Ted’s mother turns back to the room, shifting herself against the sofa. She’d said when they’d first bought it that it would never be comfortable as there was no head support. Elina wonders now if she is feeling the lack of cushioning in her cranial area.
‘Well,’ she says, ‘I never thought that by the time my grandson was almost a month old I still wouldn’t be able to send out cards. All my relatives are dying to get one.’
‘Why don’t you just send them?’ Ted’s father says, with only a hint of gritted teeth, from behind a newspaper. And Elina is surprised to see him because it’s rare for Ted’s parents to come together: they usually operate on separate schedules.
‘Yeah,’ Ted says, as he comes in, carrying a tray. ‘They don’t have to have his name on, do they?’
His mother gasps, as if they are suggesting something lewd. ‘Not have his name on? Of course they must have his name on!’
Ted shrugs and starts to pour the tea.
‘What about Rupert?’ his mother says brightly. ‘I’ve always loved the name Rupert and it’s an old family name on my side.’
‘Sounds like . . . a whatdyoucallit?’ Ted’s father says, folding up the newspaper and tossing it to the floor.
‘What?’
‘A . . .’ Ted’s father puts his hand to his brow ‘. . . you know . . . a thing that children take to bed. Um . . . Brideshead . . . um . . . teddy-bear! That’s it. A teddy-bear.’ He reaches down and picks up the newspaper again. ‘It sounds like a teddy-bear,’ he says, as he scans the front page for the second time.
‘What does?’ his mother says.
‘The name Rupert.’
Elina hears the word: clamp. She hears: rupture. She hears: stargazer presentation.
Ted makes another uninterpretable noise, then says, ‘Here’s your tea. How have things been with you? Been busy this week?’
‘Or Ralph. How about Ralph? He looks like a Ralph. And it was my grandfather’s middle name. It has a lovely ring to it. It would go well with the surname, too.’
‘Um.’ Ted glances at Elina.

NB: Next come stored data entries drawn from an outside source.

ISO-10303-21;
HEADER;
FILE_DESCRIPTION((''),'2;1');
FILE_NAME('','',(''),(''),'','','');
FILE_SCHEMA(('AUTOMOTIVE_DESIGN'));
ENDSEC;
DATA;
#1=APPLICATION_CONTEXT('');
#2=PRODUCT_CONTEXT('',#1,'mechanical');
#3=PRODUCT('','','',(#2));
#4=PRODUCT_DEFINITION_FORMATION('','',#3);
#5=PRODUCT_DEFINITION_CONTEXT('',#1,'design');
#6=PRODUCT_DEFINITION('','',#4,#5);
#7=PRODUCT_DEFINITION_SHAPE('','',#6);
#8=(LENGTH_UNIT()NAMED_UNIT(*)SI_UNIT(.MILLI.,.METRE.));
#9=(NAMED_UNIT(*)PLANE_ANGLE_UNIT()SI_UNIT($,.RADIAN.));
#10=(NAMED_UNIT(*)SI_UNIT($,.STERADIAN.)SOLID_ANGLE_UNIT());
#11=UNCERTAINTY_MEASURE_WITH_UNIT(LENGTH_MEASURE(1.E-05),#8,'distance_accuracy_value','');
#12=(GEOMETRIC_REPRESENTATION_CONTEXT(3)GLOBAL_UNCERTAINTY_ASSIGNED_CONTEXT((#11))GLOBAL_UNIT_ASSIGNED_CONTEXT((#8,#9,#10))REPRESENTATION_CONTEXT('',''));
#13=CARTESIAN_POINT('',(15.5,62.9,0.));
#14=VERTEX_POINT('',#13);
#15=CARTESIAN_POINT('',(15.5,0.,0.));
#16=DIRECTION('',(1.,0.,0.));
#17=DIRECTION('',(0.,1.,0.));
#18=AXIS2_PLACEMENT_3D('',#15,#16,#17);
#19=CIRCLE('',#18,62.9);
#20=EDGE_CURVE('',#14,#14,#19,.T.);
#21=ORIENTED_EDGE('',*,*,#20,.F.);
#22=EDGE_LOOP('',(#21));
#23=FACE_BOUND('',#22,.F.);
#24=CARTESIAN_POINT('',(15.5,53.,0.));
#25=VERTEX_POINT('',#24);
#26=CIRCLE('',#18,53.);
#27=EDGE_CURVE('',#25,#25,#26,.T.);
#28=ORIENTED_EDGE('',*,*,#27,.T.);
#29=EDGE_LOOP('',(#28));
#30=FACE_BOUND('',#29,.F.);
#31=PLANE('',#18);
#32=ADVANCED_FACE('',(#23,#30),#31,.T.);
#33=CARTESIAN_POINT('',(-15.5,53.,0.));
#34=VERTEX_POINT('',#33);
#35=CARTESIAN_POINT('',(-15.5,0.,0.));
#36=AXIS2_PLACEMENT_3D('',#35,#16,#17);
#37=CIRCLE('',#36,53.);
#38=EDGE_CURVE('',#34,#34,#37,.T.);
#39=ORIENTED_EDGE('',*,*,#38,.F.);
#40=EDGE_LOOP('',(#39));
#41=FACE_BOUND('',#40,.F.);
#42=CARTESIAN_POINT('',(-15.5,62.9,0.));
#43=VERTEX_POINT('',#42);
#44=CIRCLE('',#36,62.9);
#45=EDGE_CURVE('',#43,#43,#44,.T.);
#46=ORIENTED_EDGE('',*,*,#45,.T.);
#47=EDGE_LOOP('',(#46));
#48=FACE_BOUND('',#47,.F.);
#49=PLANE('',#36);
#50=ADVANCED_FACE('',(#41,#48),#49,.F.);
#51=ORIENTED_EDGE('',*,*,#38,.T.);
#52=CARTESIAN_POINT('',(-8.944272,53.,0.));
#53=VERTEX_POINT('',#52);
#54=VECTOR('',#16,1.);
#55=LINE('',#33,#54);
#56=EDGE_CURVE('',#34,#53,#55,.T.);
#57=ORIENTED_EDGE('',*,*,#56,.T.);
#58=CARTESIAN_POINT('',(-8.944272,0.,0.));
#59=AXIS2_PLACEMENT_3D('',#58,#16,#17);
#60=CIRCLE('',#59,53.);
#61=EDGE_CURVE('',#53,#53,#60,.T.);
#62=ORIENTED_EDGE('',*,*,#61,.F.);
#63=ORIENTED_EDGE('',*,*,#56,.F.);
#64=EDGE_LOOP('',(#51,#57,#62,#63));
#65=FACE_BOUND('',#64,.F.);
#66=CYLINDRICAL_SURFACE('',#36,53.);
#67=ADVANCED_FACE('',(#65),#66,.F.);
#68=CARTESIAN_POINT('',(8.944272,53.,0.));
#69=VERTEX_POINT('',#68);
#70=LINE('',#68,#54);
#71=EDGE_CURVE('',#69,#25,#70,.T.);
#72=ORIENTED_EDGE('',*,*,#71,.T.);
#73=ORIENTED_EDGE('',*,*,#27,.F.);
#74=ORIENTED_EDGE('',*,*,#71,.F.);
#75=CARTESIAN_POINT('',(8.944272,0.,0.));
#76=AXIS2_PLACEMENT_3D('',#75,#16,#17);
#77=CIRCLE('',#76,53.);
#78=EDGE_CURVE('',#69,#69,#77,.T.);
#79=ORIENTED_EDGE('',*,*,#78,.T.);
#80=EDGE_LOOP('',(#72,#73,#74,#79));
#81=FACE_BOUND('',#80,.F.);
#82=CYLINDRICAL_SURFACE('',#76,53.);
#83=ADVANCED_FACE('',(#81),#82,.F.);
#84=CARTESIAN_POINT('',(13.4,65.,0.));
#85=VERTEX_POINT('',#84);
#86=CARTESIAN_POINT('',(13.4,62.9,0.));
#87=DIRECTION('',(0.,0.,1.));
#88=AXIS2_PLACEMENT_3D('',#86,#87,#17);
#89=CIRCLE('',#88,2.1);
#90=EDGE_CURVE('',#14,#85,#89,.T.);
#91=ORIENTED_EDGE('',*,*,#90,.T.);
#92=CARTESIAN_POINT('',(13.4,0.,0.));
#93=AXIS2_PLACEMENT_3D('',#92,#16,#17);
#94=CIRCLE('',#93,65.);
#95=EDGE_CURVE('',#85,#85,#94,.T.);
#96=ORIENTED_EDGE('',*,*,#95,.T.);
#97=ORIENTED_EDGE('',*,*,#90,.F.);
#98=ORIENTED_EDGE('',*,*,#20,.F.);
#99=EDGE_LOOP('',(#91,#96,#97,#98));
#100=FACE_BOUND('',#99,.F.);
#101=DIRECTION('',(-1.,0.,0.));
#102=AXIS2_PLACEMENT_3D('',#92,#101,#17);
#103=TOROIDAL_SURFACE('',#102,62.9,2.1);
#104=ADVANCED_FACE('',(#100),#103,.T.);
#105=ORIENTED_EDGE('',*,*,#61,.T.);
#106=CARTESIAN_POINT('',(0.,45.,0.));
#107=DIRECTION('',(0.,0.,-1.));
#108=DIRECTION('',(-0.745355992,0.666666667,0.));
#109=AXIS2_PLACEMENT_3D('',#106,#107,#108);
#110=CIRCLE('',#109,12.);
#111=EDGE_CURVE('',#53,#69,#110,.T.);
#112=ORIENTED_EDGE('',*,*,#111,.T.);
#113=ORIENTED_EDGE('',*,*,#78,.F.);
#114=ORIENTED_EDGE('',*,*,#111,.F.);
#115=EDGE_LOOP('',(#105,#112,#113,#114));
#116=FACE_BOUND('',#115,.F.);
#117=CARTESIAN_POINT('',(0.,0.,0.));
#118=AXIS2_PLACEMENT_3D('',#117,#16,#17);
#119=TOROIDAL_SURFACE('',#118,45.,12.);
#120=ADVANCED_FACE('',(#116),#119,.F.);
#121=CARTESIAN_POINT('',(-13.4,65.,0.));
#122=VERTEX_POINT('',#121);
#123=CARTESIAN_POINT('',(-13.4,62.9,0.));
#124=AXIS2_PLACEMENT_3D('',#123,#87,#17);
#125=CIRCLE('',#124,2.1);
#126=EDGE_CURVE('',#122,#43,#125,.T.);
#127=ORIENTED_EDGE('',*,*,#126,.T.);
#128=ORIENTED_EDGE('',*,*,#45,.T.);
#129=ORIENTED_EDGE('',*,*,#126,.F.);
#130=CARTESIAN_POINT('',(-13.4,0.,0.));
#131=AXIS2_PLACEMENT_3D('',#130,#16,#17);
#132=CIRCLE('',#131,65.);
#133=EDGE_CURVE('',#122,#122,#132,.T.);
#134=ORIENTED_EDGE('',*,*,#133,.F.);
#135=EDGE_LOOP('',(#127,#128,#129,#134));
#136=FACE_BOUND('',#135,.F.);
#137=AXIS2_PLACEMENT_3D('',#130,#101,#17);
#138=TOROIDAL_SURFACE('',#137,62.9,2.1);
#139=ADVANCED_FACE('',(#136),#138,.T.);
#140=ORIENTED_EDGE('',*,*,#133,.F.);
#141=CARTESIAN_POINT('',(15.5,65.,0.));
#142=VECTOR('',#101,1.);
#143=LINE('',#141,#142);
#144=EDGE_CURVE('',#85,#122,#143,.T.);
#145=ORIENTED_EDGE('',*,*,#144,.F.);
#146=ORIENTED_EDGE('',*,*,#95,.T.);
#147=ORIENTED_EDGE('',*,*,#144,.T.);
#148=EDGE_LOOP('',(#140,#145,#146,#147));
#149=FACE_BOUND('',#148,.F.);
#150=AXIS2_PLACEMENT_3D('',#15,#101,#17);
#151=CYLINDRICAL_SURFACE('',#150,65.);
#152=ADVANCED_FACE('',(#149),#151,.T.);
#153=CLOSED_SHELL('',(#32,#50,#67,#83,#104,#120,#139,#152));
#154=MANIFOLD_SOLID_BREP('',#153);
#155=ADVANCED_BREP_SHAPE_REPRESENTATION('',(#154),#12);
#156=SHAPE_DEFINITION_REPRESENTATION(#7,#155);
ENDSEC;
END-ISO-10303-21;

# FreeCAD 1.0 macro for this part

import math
import FreeCAD as App
import Part
import Sketcher


def edges_at(feature, points):
    """Names of the edges that pass closest to the given points."""
    edges = feature.Shape.Edges
    near = lambda p: min(range(len(edges)), key=lambda i: edges[i].distToShape(Part.Vertex(*p))[0])
    return sorted({f"Edge{near(p) + 1}" for p in points})

doc = App.newDocument("Part")
body = doc.addObject("PartDesign::Body", "Body")

sketch1 = doc.addObject("Sketcher::SketchObject", "Sketch")
body.addObject(sketch1)
sketch1.AttachmentSupport = (doc.XY_Plane, [""])
sketch1.MapMode = "FlatFace"
sketch1.addGeometry(Part.LineSegment(App.Vector(8.944272, 53, 0), App.Vector(15.5, 53, 0)), False)
sketch1.addGeometry(Part.LineSegment(App.Vector(15.5, 53, 0), App.Vector(15.5, 65, 0)), False)
sketch1.addGeometry(Part.LineSegment(App.Vector(15.5, 65, 0), App.Vector(-15.5, 65, 0)), False)
sketch1.addGeometry(Part.LineSegment(App.Vector(-15.5, 65, 0), App.Vector(-15.5, 53, 0)), False)
sketch1.addGeometry(Part.LineSegment(App.Vector(-15.5, 53, 0), App.Vector(-8.944272, 53, 0)), False)
sketch1.addGeometry(Part.ArcOfCircle(Part.Circle(App.Vector(0, 45, 0), App.Vector(0, 0, 1), 12), math.radians(41.810315), math.radians(138.189685)), False)
sketch1.addConstraint(Sketcher.Constraint("Coincident", 0, 2, 1, 1))
sketch1.addConstraint(Sketcher.Constraint("Coincident", 1, 2, 2, 1))
sketch1.addConstraint(Sketcher.Constraint("Coincident", 2, 2, 3, 1))
sketch1.addConstraint(Sketcher.Constraint("Coincident", 3, 2, 4, 1))
sketch1.addConstraint(Sketcher.Constraint("Coincident", 4, 2, 5, 2))
sketch1.addConstraint(Sketcher.Constraint("Coincident", 5, 1, 0, 1))
sketch1.addConstraint(Sketcher.Constraint("Horizontal", 0))
sketch1.addConstraint(Sketcher.Constraint("Vertical", 1))
sketch1.addConstraint(Sketcher.Constraint("Horizontal", 2))
sketch1.addConstraint(Sketcher.Constraint("Vertical", 3))
sketch1.addConstraint(Sketcher.Constraint("Horizontal", 4))
sketch1.addConstraint(Sketcher.Constraint("Symmetric", 0, 2, 3, 2, -2))
sketch1.addConstraint(Sketcher.Constraint("PointOnObject", 5, 3, -2))
sketch1.addConstraint(Sketcher.Constraint("Radius", 5, 12.0))
sketch1.addConstraint(Sketcher.Constraint("DistanceX", 2, 2, 2, 1, 31.0))
sketch1.addConstraint(Sketcher.Constraint("DistanceY", 1, 1, 1, 2, 12.0))
sketch1.addConstraint(Sketcher.Constraint("DistanceY", -1, 1, 5, 3, 45.0))
sketch1.addConstraint(Sketcher.Constraint("DistanceY", -1, 1, 0, 2, 53.0))
revolution = doc.addObject("PartDesign::Revolution", "Revolution")
body.addObject(revolution)
revolution.Profile = sketch1
revolution.ReferenceAxis = (sketch1, ["H_Axis"])
revolution.Angle = 360
doc.recompute()

fillet = doc.addObject("PartDesign::Fillet", "Fillet")
body.addObject(fillet)
fillet.Base = (revolution, edges_at(revolution, [(15.5, -65, 0), (-15.5, -65, 0)]))
fillet.Radius = 2.1

doc.recompute()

She keeps her face very still; she shifts the paperweight in her hands. The glass surface has become warm to the touch. She can see Ted debating whether t
o broach this or not, then she sees him decide to take the plunge. ‘Actually,’ he says, handing his parents cups of tea, ‘we’ve decided to give him Elina’s surname. He’ll be a Vilkuna.’
When Ted’s mother came to visit at the hospital, the baby was three hours old. Elina can remember it all now. With her one free arm, Elina was holding him against her chest, where he was asleep, his limbs folded under him, his face pressed up against her skin. Her other arm was bandaged and wrapped into a mysterious chrysalis. Tubes came in and came out again. Various bags were suspended above her head. From under the blanket, there were more tubes entering and leaving her. She wasn’t yet allowing herself to think about where those ones were going in.